821 S.E.2d 504, 425 S.C. 268
CourtCourt of Appeals of South Carolina
DecidedOctober 10, 2018
DocketAppellate Case No. 2015-000417; Opinion No. 5601
StatusPublished
Cited by4 cases

This text of 821 S.E.2d 504 (Stoneledge At Lake Keowee Owners' Ass'n, Inc. v. Imk Dev. Co.) is published on Counsel Stack Legal Research, covering Court of Appeals of South Carolina primary law. Counsel Stack provides free access to over 12 million legal documents including statutes, case law, regulations, and constitutions.

Bluebook
Stoneledge At Lake Keowee Owners' Ass'n, Inc. v. Imk Dev. Co., 821 S.E.2d 504, 425 S.C. 268 (S.C. Ct. App. 2018).

Opinion

LOCKEMY, C.J.

**270In this construction defect case, Bostic Brothers Construction, Inc. (Bostic) appeals several of the trial court's orders. Bostic argues the trial court erred by (1) denying its motion for a directed verdict based on the statute of limitations, (2) improperly setting off portions of the jury's verdict, and (3) denying its motion for a new trial. We affirm in part and reverse in part.

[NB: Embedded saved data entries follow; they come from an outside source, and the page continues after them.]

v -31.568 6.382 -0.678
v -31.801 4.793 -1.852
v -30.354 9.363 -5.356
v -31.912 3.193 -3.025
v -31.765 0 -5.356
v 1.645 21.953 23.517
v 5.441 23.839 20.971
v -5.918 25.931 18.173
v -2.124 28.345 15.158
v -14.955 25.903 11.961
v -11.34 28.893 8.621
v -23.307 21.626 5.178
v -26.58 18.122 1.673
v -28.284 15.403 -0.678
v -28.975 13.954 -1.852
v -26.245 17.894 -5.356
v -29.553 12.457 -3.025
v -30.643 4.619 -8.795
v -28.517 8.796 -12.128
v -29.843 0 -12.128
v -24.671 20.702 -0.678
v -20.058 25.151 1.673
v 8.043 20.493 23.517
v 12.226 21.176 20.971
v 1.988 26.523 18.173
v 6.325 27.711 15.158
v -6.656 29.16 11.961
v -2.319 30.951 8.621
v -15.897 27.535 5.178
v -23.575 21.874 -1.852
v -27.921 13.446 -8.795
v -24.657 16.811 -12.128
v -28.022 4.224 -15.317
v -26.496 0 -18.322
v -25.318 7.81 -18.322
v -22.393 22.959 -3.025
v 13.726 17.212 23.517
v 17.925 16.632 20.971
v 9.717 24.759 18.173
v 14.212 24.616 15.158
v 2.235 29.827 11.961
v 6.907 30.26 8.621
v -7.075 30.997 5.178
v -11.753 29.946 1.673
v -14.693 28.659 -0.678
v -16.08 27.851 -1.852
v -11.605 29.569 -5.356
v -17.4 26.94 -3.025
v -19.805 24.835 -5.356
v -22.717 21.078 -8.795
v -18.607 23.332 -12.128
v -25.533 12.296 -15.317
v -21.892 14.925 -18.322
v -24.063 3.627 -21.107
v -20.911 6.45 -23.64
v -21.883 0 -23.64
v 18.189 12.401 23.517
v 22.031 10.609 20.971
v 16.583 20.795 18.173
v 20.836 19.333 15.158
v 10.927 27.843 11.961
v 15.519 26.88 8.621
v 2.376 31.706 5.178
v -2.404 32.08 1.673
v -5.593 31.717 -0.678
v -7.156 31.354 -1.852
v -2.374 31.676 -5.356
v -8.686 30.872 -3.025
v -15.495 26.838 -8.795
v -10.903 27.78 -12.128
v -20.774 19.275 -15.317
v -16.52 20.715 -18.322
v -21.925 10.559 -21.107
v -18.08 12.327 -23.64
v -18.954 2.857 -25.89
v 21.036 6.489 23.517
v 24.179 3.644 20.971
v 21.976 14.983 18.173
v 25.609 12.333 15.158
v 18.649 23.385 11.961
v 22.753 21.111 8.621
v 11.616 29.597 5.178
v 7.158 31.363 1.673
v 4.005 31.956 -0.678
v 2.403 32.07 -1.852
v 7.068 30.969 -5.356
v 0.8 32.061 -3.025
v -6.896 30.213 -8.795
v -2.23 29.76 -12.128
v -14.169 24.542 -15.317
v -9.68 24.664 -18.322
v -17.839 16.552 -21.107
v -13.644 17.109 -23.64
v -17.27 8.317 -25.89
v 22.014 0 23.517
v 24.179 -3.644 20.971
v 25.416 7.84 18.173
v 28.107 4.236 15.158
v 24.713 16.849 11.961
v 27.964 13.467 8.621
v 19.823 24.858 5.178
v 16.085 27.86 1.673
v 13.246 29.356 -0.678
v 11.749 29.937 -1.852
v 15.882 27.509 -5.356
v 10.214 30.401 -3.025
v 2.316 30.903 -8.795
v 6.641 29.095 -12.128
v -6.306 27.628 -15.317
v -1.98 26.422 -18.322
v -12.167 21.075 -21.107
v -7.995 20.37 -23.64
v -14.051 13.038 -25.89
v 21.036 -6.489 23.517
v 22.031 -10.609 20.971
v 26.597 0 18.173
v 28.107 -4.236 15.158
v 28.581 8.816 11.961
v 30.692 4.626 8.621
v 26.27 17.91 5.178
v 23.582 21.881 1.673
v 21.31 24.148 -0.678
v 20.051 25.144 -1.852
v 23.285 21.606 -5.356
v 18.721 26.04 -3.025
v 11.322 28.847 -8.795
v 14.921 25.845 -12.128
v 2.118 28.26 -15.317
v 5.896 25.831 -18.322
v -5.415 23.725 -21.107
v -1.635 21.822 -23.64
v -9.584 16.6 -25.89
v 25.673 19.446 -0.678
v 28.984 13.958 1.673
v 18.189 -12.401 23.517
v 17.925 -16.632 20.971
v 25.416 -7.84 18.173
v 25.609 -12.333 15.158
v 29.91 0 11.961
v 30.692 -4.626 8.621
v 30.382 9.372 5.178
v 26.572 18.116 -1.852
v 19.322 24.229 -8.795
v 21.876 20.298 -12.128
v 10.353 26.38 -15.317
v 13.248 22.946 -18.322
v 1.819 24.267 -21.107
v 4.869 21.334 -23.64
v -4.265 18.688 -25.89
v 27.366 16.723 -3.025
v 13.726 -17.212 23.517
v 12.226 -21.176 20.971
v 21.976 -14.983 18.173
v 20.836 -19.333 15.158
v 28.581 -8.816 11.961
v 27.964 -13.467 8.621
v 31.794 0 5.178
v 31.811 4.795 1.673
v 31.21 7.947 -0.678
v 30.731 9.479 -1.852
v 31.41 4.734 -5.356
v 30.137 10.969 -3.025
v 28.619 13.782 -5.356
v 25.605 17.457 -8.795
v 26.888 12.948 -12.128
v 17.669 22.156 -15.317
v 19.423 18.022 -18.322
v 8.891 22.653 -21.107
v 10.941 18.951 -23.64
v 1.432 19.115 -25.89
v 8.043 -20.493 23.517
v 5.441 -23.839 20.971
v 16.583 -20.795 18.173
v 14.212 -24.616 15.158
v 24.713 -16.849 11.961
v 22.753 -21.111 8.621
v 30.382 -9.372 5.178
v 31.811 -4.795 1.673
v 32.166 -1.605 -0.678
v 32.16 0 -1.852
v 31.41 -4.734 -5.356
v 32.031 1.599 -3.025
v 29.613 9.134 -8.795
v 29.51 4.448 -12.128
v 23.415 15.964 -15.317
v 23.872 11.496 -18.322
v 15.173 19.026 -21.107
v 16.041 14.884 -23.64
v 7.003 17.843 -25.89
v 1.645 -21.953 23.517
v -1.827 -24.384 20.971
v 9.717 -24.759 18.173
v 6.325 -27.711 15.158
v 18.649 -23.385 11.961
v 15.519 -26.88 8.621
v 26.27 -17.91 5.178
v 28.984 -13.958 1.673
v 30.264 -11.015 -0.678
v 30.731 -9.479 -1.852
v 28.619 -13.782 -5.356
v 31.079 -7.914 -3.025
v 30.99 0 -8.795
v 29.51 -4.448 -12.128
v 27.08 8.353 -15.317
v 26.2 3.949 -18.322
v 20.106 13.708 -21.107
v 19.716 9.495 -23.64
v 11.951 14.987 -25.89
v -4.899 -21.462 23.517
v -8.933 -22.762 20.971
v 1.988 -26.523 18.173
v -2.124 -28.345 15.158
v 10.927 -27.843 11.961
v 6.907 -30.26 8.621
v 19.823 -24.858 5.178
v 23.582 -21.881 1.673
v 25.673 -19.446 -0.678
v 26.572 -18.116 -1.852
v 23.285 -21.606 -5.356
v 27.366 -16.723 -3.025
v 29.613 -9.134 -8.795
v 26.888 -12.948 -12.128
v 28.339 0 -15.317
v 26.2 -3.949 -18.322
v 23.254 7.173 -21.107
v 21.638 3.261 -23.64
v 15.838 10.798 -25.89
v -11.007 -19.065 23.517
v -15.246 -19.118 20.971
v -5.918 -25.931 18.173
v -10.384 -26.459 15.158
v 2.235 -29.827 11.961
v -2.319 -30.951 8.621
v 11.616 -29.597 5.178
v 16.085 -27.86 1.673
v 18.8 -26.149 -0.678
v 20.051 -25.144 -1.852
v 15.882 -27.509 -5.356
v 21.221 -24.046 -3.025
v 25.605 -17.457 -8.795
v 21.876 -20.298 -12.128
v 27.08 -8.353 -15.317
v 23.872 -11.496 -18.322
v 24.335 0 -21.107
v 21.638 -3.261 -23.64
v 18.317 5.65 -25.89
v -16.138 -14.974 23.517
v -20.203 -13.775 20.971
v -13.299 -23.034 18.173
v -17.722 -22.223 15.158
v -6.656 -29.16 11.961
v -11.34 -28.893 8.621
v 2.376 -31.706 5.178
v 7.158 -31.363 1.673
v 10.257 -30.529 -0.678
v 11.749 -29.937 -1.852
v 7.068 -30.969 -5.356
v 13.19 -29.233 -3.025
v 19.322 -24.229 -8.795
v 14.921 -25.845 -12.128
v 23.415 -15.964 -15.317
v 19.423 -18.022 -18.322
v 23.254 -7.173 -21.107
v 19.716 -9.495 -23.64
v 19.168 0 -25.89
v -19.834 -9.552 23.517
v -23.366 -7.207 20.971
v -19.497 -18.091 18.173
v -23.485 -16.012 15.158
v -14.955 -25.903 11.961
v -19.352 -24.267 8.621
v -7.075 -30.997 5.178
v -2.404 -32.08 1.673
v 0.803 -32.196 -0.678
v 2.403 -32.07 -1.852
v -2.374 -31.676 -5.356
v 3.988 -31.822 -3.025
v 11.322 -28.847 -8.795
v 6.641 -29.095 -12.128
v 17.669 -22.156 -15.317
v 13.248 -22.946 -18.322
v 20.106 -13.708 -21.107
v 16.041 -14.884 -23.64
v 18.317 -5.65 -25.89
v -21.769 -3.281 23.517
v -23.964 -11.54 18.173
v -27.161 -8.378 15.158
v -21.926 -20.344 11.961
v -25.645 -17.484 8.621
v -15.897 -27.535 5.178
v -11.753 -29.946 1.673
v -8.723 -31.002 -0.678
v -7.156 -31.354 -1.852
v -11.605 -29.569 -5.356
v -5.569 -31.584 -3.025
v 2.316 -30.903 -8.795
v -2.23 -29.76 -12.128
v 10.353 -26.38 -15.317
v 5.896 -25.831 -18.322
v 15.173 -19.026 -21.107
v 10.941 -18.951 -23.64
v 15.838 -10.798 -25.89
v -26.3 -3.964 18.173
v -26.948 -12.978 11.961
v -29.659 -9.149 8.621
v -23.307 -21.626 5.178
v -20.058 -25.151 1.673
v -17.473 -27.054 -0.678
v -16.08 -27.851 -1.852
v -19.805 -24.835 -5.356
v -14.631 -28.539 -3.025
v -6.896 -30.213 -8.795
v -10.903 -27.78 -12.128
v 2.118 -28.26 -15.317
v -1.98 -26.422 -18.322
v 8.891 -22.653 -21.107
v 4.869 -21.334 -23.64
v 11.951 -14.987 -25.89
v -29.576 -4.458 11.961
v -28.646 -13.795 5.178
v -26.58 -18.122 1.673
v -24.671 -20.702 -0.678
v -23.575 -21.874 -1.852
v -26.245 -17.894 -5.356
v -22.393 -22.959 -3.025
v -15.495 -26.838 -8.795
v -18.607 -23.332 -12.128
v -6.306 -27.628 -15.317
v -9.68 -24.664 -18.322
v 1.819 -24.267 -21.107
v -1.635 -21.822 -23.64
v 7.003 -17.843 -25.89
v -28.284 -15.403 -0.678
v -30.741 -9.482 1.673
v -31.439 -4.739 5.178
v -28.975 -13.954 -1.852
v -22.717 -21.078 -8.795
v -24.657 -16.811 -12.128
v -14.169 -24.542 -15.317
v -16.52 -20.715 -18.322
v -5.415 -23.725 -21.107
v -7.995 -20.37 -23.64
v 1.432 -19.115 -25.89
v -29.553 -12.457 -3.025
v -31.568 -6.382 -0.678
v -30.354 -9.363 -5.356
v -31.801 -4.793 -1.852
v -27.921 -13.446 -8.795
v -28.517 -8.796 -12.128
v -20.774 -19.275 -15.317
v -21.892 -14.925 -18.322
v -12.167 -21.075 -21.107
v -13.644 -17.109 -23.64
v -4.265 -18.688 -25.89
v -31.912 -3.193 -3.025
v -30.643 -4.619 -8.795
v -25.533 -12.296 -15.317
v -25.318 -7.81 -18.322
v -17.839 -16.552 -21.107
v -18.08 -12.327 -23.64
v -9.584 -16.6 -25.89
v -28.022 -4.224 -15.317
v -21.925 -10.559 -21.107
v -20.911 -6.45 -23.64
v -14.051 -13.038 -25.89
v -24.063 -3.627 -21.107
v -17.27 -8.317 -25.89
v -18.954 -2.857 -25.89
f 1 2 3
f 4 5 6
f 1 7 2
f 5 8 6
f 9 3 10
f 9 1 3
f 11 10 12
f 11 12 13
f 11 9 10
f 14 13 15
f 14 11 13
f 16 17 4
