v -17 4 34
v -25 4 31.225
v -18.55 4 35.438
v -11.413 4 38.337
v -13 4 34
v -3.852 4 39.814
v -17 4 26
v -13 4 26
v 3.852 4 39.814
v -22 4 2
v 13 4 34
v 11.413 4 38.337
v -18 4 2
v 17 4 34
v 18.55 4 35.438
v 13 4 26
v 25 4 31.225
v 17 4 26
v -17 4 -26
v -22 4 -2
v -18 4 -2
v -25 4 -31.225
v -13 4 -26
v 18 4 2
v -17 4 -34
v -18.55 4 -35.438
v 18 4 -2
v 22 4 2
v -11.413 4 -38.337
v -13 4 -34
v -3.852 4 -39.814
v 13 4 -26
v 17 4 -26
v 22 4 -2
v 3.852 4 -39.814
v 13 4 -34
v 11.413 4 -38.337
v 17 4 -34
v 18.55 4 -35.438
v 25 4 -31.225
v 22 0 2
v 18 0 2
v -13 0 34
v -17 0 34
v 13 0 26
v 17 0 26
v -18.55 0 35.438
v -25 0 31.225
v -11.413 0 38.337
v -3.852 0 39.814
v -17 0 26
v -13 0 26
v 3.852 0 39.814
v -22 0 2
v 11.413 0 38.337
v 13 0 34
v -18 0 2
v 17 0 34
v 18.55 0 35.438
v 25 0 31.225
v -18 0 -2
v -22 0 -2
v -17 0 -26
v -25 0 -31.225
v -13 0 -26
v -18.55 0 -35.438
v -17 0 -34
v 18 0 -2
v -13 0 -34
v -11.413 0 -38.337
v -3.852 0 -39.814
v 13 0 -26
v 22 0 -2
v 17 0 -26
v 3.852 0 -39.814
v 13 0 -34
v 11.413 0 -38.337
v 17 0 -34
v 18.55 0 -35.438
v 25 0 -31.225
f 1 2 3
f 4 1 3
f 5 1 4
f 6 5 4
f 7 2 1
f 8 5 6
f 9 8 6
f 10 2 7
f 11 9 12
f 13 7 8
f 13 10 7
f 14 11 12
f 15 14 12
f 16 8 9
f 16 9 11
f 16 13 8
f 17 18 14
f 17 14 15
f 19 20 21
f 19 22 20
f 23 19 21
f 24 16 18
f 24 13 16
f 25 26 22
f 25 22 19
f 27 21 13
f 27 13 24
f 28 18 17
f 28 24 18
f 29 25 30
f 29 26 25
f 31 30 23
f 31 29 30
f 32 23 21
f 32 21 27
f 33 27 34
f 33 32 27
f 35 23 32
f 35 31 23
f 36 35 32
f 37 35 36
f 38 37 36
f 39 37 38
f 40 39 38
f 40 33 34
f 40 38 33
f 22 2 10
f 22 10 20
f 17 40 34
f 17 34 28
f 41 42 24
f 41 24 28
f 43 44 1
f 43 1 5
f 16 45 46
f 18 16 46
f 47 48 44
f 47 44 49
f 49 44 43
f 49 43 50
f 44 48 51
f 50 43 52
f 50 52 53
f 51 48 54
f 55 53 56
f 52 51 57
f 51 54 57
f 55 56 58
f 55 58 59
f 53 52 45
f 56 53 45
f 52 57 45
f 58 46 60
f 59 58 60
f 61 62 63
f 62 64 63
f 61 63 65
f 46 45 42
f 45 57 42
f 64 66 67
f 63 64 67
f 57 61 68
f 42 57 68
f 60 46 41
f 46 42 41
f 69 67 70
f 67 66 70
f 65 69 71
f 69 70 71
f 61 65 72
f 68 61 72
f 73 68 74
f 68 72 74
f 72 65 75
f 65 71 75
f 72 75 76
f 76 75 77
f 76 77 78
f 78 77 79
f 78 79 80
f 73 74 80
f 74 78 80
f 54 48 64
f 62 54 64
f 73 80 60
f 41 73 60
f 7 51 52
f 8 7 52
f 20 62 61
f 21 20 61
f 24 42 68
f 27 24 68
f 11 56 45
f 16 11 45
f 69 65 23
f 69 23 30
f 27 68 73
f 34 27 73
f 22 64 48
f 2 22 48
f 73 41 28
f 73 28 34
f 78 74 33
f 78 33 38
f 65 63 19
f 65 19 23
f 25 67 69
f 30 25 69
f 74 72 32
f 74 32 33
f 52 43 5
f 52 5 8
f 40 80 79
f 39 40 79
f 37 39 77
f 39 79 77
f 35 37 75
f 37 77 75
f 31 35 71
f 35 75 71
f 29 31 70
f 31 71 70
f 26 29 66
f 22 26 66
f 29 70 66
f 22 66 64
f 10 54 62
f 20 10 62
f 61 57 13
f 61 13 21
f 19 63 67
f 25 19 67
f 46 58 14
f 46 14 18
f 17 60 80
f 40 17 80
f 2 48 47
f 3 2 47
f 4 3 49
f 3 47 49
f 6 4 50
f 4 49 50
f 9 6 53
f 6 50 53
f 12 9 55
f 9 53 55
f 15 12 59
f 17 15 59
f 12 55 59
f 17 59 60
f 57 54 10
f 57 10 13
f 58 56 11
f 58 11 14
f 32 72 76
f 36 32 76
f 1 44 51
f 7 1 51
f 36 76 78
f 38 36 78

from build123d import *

# Parameters (mm, degrees)
SKETCH1_W           = 4
SKETCH1_H           = 8
SKETCH1_H_2         = 4
BOSS_EXTRUDE1_DEPTH = 4


with BuildPart() as part:
    # Sketch1 → Boss-Extrude1 (new body)
    with BuildSketch(Plane(origin=(0, 0, 0), x_dir=(1, 0, 0), z_dir=(0, 1, 0))):
        with BuildLine():
            ThreePointArc((25, 31.224989992), (0, 40), (-25, 31.224989992))
            Line((-25, 31.224989992), (-25, -31.224989992))
            ThreePointArc((-25, -31.224989992), (0, -40), (25, -31.224989992))
            Line((25, -31.224989992), (25, 31.224989992))
        make_face()
        with Locations((-15, -30)):
            Rectangle(SKETCH1_W, SKETCH1_H, mode=Mode.SUBTRACT)
        with Locations((15, -30)):
            Rectangle(SKETCH1_W, SKETCH1_H, mode=Mode.SUBTRACT)
        with Locations((-20, 0)):
            Rectangle(SKETCH1_W, SKETCH1_H_2, mode=Mode.SUBTRACT)
        with Locations((-15, 30)):
            Rectangle(SKETCH1_W, SKETCH1_H, mode=Mode.SUBTRACT)
        with Locations((20, 0)):
            Rectangle(SKETCH1_W, SKETCH1_H_2, mode=Mode.SUBTRACT)
        with Locations((15, 30)):
            Rectangle(SKETCH1_W, SKETCH1_H, mode=Mode.SUBTRACT)
    extrude(amount=BOSS_EXTRUDE1_DEPTH)


solid = part.part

The salient facts at issue in this complex construction litigation are discussed at length in this court's opinion in Stoneledge at Lake Keowee Owners' Assoc. v. IMK Dev. Co. , Op. No. 5600, 425 S.C. 276, 821 S.E.2d 509, 2018 WL 4905983 (S.C. Ct. App. filed Oct. 10, 2018) (Shearouse Adv. Sh. No. 40 at 11-31). This case involves the first developer of the property, Bostic, which the jury found to be partially responsible for the damages Stoneledge suffered. Our opinion in Stoneledge I adequately addresses the second and third issues Bostic raises in this appeal. Accordingly, pursuant to Rule 220(c), SCACR, we reverse the trial court's set-off order and remand *506for entry of judgment consistent with our decision in Stoneledge I . Furthermore, we affirm the trial court's order declining to grant Bostic's motion for a new trial.

The only issue raised by Bostic that was not addressed in Stoneledge I is Bostic's motion for directed verdict based on the statute of limitations.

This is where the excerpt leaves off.